Dann lieber eine Anzeige im Format "xxx Umdrehungen + yyy Inkremente". Da würdest Du ja mit 16 Bit-Integerzahlen hinkommen.


----------



## PN/DP (1 Dezember 2010)

olitheis schrieb:


> Wenn ich aber nun den Abgleich über meine (externe) Visualisierung vornehmen möchte, habe ich das Problem, dass nur Eingaben im Bereich von 0-32768 möglich sind.





olitheis schrieb:


> > Im Display müsstest ein UDINT anlegen (oder UINT)
> 
> 
> Das ist der Haken! Ich habe so einfach nicht die Möglichkeit, die Eingabewerte zu beeinflussen.


Nochmal die Frage: Warum kannst Du in der Visu nur Werte bis 32767 eingeben?
Was ist das für eine Visualisierung? Welches Produkt? Kannst Du das Visu-Projekt bearbeiten?
Was heißt das: _"Ich habe so einfach nicht die Möglichkeit, die Eingabewerte zu beeinflussen."_ ?

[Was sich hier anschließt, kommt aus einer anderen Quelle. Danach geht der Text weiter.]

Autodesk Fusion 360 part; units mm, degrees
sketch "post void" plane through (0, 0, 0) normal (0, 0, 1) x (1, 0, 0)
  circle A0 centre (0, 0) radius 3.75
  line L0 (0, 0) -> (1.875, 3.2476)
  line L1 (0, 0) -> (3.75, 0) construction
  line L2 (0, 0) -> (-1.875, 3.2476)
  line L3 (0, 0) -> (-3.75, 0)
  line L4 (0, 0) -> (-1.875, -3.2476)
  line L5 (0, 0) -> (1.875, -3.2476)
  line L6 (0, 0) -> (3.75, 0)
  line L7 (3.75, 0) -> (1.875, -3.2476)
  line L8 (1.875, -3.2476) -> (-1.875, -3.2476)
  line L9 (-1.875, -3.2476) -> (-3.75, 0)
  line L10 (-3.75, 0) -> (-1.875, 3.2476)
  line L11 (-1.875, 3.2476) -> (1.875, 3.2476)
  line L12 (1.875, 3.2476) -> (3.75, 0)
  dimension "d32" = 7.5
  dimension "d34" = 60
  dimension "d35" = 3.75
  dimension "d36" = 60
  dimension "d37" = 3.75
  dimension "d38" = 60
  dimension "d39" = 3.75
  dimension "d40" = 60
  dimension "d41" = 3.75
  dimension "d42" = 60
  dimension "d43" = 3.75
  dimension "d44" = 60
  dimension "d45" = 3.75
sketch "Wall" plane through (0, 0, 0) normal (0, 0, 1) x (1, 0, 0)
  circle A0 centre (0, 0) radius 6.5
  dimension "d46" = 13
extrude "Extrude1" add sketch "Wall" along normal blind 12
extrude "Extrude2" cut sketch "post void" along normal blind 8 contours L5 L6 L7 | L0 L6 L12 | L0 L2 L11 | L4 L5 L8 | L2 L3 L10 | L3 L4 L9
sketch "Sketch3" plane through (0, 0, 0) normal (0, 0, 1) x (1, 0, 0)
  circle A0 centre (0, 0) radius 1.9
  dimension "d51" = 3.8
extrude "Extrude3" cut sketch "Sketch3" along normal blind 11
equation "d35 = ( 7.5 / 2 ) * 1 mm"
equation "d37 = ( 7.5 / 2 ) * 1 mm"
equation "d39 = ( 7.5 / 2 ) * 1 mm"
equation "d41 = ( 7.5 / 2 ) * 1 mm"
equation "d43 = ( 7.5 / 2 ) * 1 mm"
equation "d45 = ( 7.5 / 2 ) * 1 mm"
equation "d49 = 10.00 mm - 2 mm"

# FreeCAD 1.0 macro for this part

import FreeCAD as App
import Part
import Sketcher
Q = App.Units.Quantity


def add_polygon(sketch, points):
    """Adds a closed chain of lines whose ends are joined by coincident constraints."""
    first, n = sketch.GeometryCount, len(points)
    for a, b in zip(points, points[1:] + points[:1]):
        sketch.addGeometry(Part.LineSegment(App.Vector(*a, 0), App.Vector(*b, 0)), False)
    for i in range(n):
        sketch.addConstraint(Sketcher.Constraint("Coincident", first + i, 2, first + (i + 1) % n, 1))

doc = App.newDocument("Part")
params = doc.addObject("Spreadsheet::Sheet", "Params")
for row, (alias, value) in enumerate([
    ("sketch1_diameter", "13 mm"),
    ("pad1_length", "12 mm"),
    ("sketch2_width", "3.75 mm"),
    ("pocket1_length", "8 mm"),
    ("sketch3_diameter", "3.8 mm"),
    ("pocket2_length", "11 mm"),
], start=1):
    params.set(f"A{row}", alias)
    params.set(f"B{row}", "=" + value)
    params.setAlias(f"B{row}", alias)

body = doc.addObject("PartDesign::Body", "Body")

sketch1 = body.newObject("Sketcher::SketchObject", "Sketch")
sketch1.AttachmentSupport = (doc.getObject("XY_Plane"), [""])
sketch1.MapMode = "FlatFace"
sketch1.addGeometry(Part.Circle(App.Vector(0, 0, 0), App.Vector(0, 0, 1), 6), False)
sketch1.addConstraint([
    Sketcher.Constraint("Coincident", 0, 3, -1, 1),
    Sketcher.Constraint("Diameter", 0, 13.0),
])
sketch1.setExpression("Constraints[1]", "Params.sketch1_diameter")
pad1 = body.newObject("PartDesign::Pad", "Pad")
pad1.Profile = sketch1
pad1.setExpression("Length", "Params.pad1_length")

sketch2 = body.newObject("Sketcher::SketchObject", "Sketch001")
sketch2.AttachmentSupport = (doc.getObject("XY_Plane"), [""])
sketch2.MapMode = "FlatFace"
add_polygon(sketch2, [(1.9, -3.2), (3.8, 0), (1.9, 3.2), (-1.9, 3.2), (-3.8, 0), (-1.9, -3.2)])
sketch2.addConstraint([
    Sketcher.Constraint("Horizontal", 2),
    Sketcher.Constraint("Horizontal", 5),
    Sketcher.Constraint("Symmetric", 0, 2, 3, 2, -1, 1),
    Sketcher.Constraint("Symmetric", 1, 2, 4, 2, -1, 1),
    Sketcher.Constraint("PointOnObject", 0, 2, -1),
    Sketcher.Constraint("Parallel", 0, 3),
    Sketcher.Constraint("Vertical", 2, 2, 4, 2),
    Sketcher.Constraint("Angle", 0, Q("60 deg")),
    Sketcher.Constraint("DistanceX", 2, 2, 2, 1, 3.75),
    Sketcher.Constraint("DistanceX", 3, 2, 0, 2, 7.5),
])
sketch2.setExpression("Constraints[14]", "Params.sketch2_width")
pocket1 = body.newObject("PartDesign::Pocket", "Pocket")
pocket1.Profile = sketch2
pocket1.setExpression("Length", "Params.pocket1_length")
pocket1.Reversed = True

sketch3 = body.newObject("Sketcher::SketchObject", "Sketch002")
sketch3.AttachmentSupport = (doc.getObject("XY_Plane"), [""])
sketch3.MapMode = "FlatFace"
sketch3.addGeometry(Part.Circle(App.Vector(0, 0, 0), App.Vector(0, 0, 1), 1.9), False)
sketch3.addConstraint([
    Sketcher.Constraint("Coincident", 0, 3, -1, 1),
    Sketcher.Constraint("Diameter", 0, 3.8),
])
sketch3.setExpression("Constraints[1]", "Params.sketch3_diameter")
pocket2 = body.newObject("PartDesign::Pocket", "Pocket001")
pocket2.Profile = sketch3
pocket2.setExpression("Length", "Params.pocket2_length")
pocket2.Reversed = True

doc.recompute()
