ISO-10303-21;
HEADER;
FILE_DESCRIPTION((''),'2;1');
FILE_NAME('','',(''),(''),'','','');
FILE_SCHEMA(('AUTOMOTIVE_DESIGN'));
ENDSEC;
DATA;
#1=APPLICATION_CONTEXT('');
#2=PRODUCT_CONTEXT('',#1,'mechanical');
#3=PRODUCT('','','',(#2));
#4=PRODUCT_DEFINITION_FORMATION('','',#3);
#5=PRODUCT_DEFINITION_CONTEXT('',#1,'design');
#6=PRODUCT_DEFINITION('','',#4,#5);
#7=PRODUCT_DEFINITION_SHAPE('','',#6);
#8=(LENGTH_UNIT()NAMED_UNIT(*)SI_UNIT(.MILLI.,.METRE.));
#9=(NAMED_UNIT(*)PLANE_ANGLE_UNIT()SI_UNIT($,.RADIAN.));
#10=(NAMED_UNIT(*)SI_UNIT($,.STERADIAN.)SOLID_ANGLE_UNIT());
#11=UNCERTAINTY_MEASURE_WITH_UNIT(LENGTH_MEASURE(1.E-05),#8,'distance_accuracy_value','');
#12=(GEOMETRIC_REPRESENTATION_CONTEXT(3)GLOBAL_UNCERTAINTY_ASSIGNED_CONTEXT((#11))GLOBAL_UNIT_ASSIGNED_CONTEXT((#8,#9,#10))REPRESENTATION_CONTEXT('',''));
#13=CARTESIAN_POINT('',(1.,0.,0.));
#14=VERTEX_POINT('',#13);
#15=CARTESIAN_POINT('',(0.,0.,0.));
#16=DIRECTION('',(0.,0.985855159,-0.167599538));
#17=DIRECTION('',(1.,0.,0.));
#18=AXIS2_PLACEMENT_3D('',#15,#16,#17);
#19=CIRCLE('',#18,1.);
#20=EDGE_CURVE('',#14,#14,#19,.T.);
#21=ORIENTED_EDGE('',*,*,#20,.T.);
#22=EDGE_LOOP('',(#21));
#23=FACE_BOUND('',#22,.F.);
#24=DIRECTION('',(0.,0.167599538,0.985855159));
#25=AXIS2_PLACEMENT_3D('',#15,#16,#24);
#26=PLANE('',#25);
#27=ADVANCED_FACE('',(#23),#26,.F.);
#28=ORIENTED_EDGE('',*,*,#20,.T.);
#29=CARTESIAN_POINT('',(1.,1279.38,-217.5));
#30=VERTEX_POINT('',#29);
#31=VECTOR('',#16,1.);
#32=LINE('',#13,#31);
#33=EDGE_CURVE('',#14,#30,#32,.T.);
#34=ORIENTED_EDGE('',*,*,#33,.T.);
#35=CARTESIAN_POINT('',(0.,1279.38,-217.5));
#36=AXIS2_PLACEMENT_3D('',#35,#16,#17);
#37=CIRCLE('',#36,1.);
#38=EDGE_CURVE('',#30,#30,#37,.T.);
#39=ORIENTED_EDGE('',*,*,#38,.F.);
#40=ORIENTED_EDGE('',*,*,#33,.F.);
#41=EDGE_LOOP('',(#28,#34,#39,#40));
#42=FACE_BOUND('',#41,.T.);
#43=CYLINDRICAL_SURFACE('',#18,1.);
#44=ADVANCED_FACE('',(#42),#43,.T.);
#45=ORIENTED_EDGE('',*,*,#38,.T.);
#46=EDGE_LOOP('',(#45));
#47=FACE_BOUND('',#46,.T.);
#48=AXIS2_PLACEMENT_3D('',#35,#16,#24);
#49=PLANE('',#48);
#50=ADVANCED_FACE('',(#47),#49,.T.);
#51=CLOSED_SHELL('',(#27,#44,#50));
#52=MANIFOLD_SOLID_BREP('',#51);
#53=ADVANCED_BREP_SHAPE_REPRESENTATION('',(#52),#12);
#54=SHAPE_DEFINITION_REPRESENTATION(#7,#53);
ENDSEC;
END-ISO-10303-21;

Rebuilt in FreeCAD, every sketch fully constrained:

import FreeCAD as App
import Part
import Sketcher
from FreeCAD import Vector
Q = App.Units.Quantity

doc = App.newDocument("Part")
body = doc.addObject("PartDesign::Body", "Body")

# Sketch on an angled plane
sketch1 = doc.addObject("Sketcher::SketchObject", "Sketch")
body.addObject(sketch1)
sketch1.Placement = App.Placement(Vector(0, 1279.38, -217.5), App.Rotation(Vector(1, 0, 0), Vector(0, -0.167599538, -0.985855159), Vector(0, 0.985855159, -0.167599538), "ZXY"))
sketch1.addGeometry(Part.Circle(Vector(0, 0, 0), Vector(0, 0, 1), 1), False)
sketch1.addConstraint(Sketcher.Constraint("Coincident", 0, 3, -1, 1))
sketch1.addConstraint(Sketcher.Constraint("Diameter", 0, Q("2 mm")))

# Sketch on an angled plane
sketch2 = doc.addObject("Sketcher::SketchObject", "Sketch001")
body.addObject(sketch2)
sketch2.Placement = App.Placement(Vector(0, 0, 0), App.Rotation(Vector(0, 0.985855159, -0.167599538), Vector(1, 0, 0), Vector(0, -0.167599538, -0.985855159), "ZXY"))
sketch2.addGeometry(Part.LineSegment(Vector(0, 0, 0), Vector(1298, 0, 0)), False)
sketch2.addConstraint(Sketcher.Constraint("Horizontal", 0))
sketch2.addConstraint(Sketcher.Constraint("Coincident", 0, 1, -1, 1))
sketch2.addConstraint(Sketcher.Constraint("DistanceX", 0, 1, 0, 2, Q("1297.736273 mm")))
doc.recompute()

additivepipe = doc.addObject("PartDesign::AdditivePipe", "AdditivePipe")
body.addObject(additivepipe)
additivepipe.Profile = sketch1
additivepipe.Spine = (sketch2, ["Edge1"])

doc.recompute()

Du müsstest in der Visu einfach nur den Typ Deiner Variablen auf 32-Bit-Ganzzahl (DINT oder UDINT) ändern. 
In manchen Visu heißt der Datentyp auch LONG oder ULONG.

Harald


----------



## olitheis (5 Dezember 2010)

Wir haben sozusagen nur die Laufzeit der Visualisierung, die .exe. 
Außer den Standardseiten gibt es hier noch/nur die Möglichkeit sogenannte "Benutzerdefinierte Seiten" anzulegen. Hier hat man die Möglichkeit Textfelder, Zeitbalken, Eingabefelder, Schalter usw. anzulegen, die man im TwinCAT PLC verknüpfen kann. Ich glaube, LREAL ist hier das Maximum.


----------



## StructuredTrash (6 Dezember 2010)

Wenn die Visu LREAL kann, dann sollte sie wohl auch 32 Bit-Integer kennen. DWORD, DINT, UDINT, LONG, ULONG oder wie immer die dort heissen mögen. Und wenn es die wirklich nicht gibt, dann nimm eben LREAL.


----------